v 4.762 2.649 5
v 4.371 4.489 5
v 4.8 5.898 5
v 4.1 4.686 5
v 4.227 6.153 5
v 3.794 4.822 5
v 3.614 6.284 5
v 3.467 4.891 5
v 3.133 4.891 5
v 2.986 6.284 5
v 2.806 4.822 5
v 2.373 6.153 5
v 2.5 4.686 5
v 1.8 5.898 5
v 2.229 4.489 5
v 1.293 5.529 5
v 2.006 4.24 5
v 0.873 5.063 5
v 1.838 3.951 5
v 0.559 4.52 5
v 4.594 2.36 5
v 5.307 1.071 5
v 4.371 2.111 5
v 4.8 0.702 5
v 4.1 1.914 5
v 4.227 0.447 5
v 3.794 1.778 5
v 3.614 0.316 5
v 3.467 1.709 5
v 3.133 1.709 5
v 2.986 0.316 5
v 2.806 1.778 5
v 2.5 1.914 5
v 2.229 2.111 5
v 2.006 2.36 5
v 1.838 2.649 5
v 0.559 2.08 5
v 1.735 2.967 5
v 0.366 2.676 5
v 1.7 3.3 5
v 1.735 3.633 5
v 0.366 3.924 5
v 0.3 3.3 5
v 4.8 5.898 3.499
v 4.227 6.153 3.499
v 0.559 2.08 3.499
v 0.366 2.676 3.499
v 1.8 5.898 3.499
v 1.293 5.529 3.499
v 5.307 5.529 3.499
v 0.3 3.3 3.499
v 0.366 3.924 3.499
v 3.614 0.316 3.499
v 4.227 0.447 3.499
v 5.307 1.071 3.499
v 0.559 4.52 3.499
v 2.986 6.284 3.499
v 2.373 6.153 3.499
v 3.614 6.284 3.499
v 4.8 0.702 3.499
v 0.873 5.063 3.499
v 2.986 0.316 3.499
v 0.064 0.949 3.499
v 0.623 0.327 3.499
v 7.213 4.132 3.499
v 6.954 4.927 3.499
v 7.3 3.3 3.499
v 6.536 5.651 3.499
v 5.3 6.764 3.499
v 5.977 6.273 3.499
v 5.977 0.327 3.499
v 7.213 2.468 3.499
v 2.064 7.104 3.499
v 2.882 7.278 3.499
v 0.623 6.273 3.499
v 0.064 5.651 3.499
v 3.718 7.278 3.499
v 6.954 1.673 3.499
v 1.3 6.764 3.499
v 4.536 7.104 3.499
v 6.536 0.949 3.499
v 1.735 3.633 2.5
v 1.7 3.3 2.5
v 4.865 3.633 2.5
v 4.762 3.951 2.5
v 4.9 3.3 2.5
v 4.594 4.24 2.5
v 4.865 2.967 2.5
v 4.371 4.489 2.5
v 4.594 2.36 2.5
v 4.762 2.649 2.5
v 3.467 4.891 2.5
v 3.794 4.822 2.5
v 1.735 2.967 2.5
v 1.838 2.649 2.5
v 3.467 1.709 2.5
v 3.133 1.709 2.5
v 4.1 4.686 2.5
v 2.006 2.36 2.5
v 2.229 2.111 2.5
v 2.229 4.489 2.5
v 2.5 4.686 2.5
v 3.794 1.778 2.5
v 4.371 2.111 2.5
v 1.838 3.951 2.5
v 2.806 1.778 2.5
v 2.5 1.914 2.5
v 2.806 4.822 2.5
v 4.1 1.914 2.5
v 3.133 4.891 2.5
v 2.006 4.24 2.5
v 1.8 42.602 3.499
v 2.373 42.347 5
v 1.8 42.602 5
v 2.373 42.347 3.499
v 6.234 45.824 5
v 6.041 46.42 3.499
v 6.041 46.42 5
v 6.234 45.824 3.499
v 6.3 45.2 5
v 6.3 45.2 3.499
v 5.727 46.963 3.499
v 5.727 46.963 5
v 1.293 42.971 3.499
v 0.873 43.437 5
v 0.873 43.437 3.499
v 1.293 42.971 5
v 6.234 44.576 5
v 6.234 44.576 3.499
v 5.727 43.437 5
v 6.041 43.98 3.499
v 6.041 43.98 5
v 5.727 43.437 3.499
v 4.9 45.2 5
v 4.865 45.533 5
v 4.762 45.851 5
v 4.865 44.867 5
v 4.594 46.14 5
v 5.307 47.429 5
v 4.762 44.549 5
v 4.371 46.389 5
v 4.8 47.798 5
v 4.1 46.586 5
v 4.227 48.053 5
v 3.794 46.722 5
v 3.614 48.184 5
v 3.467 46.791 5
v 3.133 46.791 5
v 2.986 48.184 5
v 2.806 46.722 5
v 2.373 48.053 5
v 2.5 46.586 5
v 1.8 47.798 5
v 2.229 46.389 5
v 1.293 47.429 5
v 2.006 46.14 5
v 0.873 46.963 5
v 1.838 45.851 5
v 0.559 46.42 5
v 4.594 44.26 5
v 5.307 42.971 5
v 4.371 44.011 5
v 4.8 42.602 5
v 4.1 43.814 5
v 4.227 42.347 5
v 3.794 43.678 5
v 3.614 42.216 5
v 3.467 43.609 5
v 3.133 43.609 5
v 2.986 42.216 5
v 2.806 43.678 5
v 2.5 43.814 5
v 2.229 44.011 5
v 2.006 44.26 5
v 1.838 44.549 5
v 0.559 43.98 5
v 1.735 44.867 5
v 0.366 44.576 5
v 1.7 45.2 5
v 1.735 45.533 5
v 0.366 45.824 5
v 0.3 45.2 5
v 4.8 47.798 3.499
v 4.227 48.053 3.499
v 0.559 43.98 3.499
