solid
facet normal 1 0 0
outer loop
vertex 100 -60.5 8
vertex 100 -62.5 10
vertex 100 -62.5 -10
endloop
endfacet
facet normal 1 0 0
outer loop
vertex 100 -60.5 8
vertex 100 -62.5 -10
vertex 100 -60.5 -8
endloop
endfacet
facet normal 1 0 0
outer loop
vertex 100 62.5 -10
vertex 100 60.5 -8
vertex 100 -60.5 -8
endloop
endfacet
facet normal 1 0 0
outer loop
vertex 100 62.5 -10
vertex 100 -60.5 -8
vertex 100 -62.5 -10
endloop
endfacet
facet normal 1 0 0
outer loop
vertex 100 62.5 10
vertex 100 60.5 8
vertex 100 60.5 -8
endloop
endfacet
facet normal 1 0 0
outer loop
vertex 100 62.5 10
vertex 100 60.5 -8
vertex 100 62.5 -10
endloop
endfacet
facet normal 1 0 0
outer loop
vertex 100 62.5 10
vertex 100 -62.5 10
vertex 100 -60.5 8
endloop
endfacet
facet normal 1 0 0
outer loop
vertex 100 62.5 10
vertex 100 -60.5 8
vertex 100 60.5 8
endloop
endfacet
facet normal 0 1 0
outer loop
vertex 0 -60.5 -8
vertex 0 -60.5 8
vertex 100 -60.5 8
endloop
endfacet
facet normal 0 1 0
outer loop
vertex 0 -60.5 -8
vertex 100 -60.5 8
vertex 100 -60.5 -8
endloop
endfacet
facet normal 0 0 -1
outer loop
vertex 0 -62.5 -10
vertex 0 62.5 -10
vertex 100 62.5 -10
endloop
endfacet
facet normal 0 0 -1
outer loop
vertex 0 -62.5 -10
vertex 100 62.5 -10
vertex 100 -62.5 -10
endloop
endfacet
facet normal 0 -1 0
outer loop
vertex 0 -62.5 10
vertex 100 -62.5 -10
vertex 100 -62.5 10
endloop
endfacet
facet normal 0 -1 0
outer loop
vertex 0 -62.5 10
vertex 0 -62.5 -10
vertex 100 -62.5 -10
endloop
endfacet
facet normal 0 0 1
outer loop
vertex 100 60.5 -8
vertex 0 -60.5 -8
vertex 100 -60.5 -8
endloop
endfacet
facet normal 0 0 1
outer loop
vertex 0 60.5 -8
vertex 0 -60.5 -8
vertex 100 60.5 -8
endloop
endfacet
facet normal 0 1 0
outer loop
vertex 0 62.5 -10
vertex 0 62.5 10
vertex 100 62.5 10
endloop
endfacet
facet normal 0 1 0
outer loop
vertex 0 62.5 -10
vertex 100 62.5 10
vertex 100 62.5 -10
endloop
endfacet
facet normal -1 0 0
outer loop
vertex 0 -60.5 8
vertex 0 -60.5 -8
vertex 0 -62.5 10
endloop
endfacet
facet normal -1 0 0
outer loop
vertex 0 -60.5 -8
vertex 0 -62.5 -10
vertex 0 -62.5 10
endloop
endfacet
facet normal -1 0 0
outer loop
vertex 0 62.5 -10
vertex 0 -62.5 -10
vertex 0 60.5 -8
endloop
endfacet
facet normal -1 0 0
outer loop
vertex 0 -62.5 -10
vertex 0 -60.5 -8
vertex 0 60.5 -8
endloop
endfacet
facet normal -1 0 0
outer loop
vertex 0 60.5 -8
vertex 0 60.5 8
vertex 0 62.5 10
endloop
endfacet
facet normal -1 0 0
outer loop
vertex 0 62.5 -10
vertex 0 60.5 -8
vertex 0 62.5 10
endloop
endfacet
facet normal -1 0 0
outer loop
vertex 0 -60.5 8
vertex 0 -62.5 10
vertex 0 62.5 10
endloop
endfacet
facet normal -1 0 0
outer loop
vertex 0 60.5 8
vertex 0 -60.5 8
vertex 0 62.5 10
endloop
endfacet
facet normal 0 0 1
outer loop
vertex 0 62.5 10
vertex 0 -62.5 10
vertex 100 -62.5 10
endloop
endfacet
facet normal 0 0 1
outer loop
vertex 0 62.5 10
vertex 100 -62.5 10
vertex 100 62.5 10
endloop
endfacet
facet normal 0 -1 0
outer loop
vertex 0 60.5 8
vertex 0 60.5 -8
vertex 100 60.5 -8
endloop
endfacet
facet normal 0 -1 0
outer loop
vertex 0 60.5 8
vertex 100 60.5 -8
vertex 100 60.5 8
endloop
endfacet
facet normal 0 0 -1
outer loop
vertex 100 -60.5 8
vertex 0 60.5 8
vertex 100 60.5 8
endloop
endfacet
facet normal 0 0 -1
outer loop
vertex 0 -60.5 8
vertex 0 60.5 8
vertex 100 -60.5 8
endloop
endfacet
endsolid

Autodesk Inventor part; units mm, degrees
ref_plane "YZ Plane" through (0, 0, 0) normal (1, 0, 0) x (0, 1, 0)
ref_plane "XZ Plane" through (0, 0, 0) normal (0, 1, 0) x (-1, 0, 0)
ref_plane "XY Plane" through (0, 0, 0) normal (0, 0, 1) x (1, 0, 0)
sketch "Sketch1" plane through (0, 0, 0) normal (1, 0, 0) x (0, 1, 0)
  line L0 (-62.5, 10) -> (62.5, 10)
  line L1 (62.5, 10) -> (62.5, -10)
  line L2 (62.5, -10) -> (-62.5, -10)
  line L3 (-62.5, -10) -> (-62.5, 10)
  line L4 (-62.5, 10) -> (62.5, -10) construction
  line L5 (62.5, 10) -> (-62.5, -10) construction
  line L6 (60.5, -8) -> (60.5, 8)
  line L7 (60.5, 8) -> (-60.5, 8)
  line L8 (-60.5, 8) -> (-60.5, -8)
  line L9 (-60.5, -8) -> (60.5, -8)
  point P0 (0, 0)
  dimension "d0" = 125
  dimension "d1" = 20
  dimension "d2" = 2
extrude "Extrusion1" add sketch "Sketch1" along normal blind 100
properties part number "Motor Mount" material "Aluminum 6061"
☆ ☆ ☆ ☆
* _WORK REQUEST_:
Repeat exactly the lines above from the one with "v 4.762 2.649 2.5" up to and including the one with "v 2.373 48.053 5". No other line belongs in the reply.

* _RESPONSE BOX_:
v 4.762 2.649 2.5
v 3.467 4.891 2.5
v 3.794 4.822 2.5
v 1.735 2.967 2.5
v 1.838 2.649 2.5
v 3.467 1.709 2.5
v 3.133 1.709 2.5
v 4.1 4.686 2.5
v 2.006 2.36 2.5
v 2.229 2.111 2.5
v 2.229 4.489 2.5
v 2.5 4.686 2.5
v 3.794 1.778 2.5
v 4.371 2.111 2.5
v 1.838 3.951 2.5
v 2.806 1.778 2.5
v 2.5 1.914 2.5
v 2.806 4.822 2.5
v 4.1 1.914 2.5
v 3.133 4.891 2.5
v 2.006 4.24 2.5
v 1.8 42.602 3.499
v 2.373 42.347 5
v 1.8 42.602 5
v 2.373 42.347 3.499
v 6.234 45.824 5
v 6.041 46.42 3.499
v 6.041 46.42 5
v 6.234 45.824 3.499
v 6.3 45.2 5
v 6.3 45.2 3.499
v 5.727 46.963 3.499
v 5.727 46.963 5
v 1.293 42.971 3.499
v 0.873 43.437 5
v 0.873 43.437 3.499
v 1.293 42.971 5
v 6.234 44.576 5
v 6.234 44.576 3.499
v 5.727 43.437 5
v 6.041 43.98 3.499
v 6.041 43.98 5
v 5.727 43.437 3.499
v 4.9 45.2 5
v 4.865 45.533 5
v 4.762 45.851 5
v 4.865 44.867 5
v 4.594 46.14 5
v 5.307 47.429 5
v 4.762 44.549 5
v 4.371 46.389 5
v 4.8 47.798 5
v 4.1 46.586 5
v 4.227 48.053 5
v 3.794 46.722 5
v 3.614 48.184 5
v 3.467 46.791 5
v 3.133 46.791 5
v 2.986 48.184 5
v 2.806 46.722 5
v 2.373 48.053 5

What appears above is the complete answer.